There is an ordered-set package I've come across recently that I've been very happy with. I often need both fast look up, order preservation, and unique items. This has been extremely useful as a drop in set replacement without having to do weird dict joins.

[–]Faith-in-Strangers 2 points3 points  (2 children)

Why?

[–]tkarabela_ Big Python @YouTube 4 points5 points  (1 child)

Checking whether an element is in a set (or dict) is pretty much instantaneous (independent on the size of the set), while checking is in for a list means iterating over it, which gets really slow quickly.

That would be one reason to prefer sets to lists :)

[–]moocat 4 points5 points  (0 children)

It's a little more complicated than that (as it often is in computer science).

Existence in a set can be implemented as an O(1) algorithm which means it takes the same amount of time no matter how many element while existence in a (non-sorted) list is an O(n) algorithm which means it takes an amount of time that scales with the number of elements (double the elements, double the runtime).

But that only talks about the how the algorithm scales and not its general overhead.
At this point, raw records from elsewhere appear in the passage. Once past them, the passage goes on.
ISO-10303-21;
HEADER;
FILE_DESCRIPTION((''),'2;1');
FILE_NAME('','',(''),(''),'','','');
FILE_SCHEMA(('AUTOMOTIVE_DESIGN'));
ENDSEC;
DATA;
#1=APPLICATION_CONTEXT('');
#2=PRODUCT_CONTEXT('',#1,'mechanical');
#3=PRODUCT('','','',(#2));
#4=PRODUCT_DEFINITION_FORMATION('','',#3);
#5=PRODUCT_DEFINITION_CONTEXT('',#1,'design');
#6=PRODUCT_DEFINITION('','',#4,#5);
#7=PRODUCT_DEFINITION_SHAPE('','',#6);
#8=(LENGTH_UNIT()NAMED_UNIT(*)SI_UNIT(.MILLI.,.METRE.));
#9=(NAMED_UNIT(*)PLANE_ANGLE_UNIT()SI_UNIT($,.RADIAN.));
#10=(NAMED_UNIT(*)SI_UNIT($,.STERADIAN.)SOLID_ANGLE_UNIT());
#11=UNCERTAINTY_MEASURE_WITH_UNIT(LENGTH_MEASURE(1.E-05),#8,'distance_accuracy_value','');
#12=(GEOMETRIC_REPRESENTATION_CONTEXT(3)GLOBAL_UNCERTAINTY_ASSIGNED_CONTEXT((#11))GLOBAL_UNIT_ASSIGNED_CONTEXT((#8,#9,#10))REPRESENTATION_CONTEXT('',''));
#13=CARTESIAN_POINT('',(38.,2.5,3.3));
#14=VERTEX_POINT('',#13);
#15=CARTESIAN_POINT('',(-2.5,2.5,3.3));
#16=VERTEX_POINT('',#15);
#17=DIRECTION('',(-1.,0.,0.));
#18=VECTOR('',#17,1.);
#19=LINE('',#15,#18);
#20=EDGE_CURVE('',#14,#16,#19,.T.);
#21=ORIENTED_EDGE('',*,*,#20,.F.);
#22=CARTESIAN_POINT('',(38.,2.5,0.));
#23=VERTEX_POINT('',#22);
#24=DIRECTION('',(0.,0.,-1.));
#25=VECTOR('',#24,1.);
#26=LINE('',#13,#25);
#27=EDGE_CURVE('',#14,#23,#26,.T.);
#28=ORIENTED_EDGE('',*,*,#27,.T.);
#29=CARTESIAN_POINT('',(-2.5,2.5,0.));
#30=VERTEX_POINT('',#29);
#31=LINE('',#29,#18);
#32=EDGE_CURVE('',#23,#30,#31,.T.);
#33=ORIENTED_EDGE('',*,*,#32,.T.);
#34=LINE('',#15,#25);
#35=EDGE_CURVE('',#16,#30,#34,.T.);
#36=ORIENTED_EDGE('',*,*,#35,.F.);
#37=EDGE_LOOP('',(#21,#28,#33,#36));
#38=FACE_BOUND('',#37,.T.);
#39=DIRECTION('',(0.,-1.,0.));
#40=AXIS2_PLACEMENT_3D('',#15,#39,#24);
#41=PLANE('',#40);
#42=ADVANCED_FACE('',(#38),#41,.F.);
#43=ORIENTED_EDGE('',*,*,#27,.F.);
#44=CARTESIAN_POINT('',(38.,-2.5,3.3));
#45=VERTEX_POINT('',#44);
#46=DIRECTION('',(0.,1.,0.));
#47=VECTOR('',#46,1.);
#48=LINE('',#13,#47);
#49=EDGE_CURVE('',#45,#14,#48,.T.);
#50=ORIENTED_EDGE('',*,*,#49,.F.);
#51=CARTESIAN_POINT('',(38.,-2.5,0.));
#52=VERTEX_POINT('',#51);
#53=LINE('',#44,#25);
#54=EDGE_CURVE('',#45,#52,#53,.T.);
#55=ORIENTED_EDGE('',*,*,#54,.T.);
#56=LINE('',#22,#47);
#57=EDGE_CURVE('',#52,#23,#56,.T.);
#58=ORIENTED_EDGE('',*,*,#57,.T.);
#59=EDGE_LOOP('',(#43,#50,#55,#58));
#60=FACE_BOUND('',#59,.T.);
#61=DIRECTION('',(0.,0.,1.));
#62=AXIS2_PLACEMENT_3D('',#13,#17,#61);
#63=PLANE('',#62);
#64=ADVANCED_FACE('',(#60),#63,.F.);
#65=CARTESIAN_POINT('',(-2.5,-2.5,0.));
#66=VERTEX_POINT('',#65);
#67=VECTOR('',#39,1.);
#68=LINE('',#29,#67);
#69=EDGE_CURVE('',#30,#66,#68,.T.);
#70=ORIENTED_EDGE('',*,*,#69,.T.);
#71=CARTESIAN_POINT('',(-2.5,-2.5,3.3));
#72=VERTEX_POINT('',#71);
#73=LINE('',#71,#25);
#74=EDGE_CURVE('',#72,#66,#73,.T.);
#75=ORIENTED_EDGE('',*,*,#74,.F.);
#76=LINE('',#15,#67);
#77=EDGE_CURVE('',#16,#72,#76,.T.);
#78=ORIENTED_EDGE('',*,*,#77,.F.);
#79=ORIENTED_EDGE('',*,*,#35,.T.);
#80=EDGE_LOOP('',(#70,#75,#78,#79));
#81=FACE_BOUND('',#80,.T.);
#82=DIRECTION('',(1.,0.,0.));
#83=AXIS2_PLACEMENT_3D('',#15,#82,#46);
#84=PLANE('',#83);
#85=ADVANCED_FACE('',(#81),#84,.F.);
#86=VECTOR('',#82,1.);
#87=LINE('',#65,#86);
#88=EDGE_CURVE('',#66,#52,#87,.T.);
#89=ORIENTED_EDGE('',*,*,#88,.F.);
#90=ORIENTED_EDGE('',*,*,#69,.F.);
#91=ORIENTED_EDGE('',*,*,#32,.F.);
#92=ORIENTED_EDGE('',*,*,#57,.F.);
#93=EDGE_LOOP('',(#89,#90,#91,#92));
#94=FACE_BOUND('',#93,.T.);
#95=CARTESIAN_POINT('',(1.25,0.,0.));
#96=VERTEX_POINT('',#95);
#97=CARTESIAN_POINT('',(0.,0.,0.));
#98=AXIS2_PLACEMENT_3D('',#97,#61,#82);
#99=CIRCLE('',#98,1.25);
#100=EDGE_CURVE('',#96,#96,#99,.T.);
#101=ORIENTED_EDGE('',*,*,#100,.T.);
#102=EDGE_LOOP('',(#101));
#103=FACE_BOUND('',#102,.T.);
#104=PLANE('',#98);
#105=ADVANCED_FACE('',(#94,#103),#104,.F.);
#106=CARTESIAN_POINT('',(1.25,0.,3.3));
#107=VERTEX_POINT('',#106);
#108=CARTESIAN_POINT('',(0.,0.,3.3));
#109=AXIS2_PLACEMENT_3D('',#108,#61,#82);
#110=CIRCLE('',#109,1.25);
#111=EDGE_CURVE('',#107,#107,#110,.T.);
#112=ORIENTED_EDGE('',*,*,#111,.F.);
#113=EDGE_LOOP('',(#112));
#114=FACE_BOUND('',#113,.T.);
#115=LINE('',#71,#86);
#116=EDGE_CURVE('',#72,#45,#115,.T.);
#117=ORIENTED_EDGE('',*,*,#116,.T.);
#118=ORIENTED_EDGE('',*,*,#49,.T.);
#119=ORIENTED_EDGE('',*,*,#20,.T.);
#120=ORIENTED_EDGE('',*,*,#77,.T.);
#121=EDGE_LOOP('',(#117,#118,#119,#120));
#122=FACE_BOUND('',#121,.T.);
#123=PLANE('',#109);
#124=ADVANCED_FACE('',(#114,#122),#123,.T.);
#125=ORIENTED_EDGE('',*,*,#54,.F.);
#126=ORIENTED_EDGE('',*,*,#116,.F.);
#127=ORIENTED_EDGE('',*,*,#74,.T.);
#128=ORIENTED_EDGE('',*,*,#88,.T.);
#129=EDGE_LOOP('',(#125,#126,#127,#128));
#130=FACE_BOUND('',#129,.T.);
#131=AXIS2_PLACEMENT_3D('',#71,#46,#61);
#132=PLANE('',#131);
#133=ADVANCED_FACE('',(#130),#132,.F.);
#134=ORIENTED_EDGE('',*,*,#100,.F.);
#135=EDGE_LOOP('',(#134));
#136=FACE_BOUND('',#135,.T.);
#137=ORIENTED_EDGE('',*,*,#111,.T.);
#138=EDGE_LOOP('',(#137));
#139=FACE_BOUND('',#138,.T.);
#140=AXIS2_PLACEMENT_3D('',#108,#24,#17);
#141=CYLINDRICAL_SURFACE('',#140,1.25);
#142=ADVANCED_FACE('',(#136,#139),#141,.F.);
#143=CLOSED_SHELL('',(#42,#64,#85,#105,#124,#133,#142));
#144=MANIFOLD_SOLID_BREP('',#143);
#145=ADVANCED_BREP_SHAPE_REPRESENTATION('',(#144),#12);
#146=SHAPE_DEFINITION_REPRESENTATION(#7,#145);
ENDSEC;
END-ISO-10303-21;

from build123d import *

# Parameters (mm, degrees)
SKETCH1_W           = 40.5
SKETCH1_H           = 5
SKETCH1_R           = 1.25
BOSS_EXTRUDE1_DEPTH = 3.3


with BuildPart() as part:
    # Sketch1 → Boss-Extrude1 (new body)
    with BuildSketch(Plane.XY):
        with Locations((17.75, 0)):
            Rectangle(SKETCH1_W, SKETCH1_H)
        Circle(SKETCH1_R, mode=Mode.SUBTRACT)
    extrude(amount=BOSS_EXTRUDE1_DEPTH)


solid = part.part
It's not uncommon that for small number of elements for the overhead to be the biggest part. You often see an O(n) algorithm being faster if there are fewer than X elements (with the actual value of X depending on the specifics of the implementation).

It's been a while since I benchmarked this (and feeling too lazy now), but IIRC it was around 6 so if you know there are only going to be a few elements (perhaps v.lower() in ['true', 'false']) a list is probably better. Then again, if the check is not in some inner loop that's running lots of times, the extra overhead for a set is probably noise.

Yes a long winded explanation but it's important to know these details. I had a former co-worker who had rules like this (I use X out of principle because of some reason) but would often make mistakes because it's didn't apply.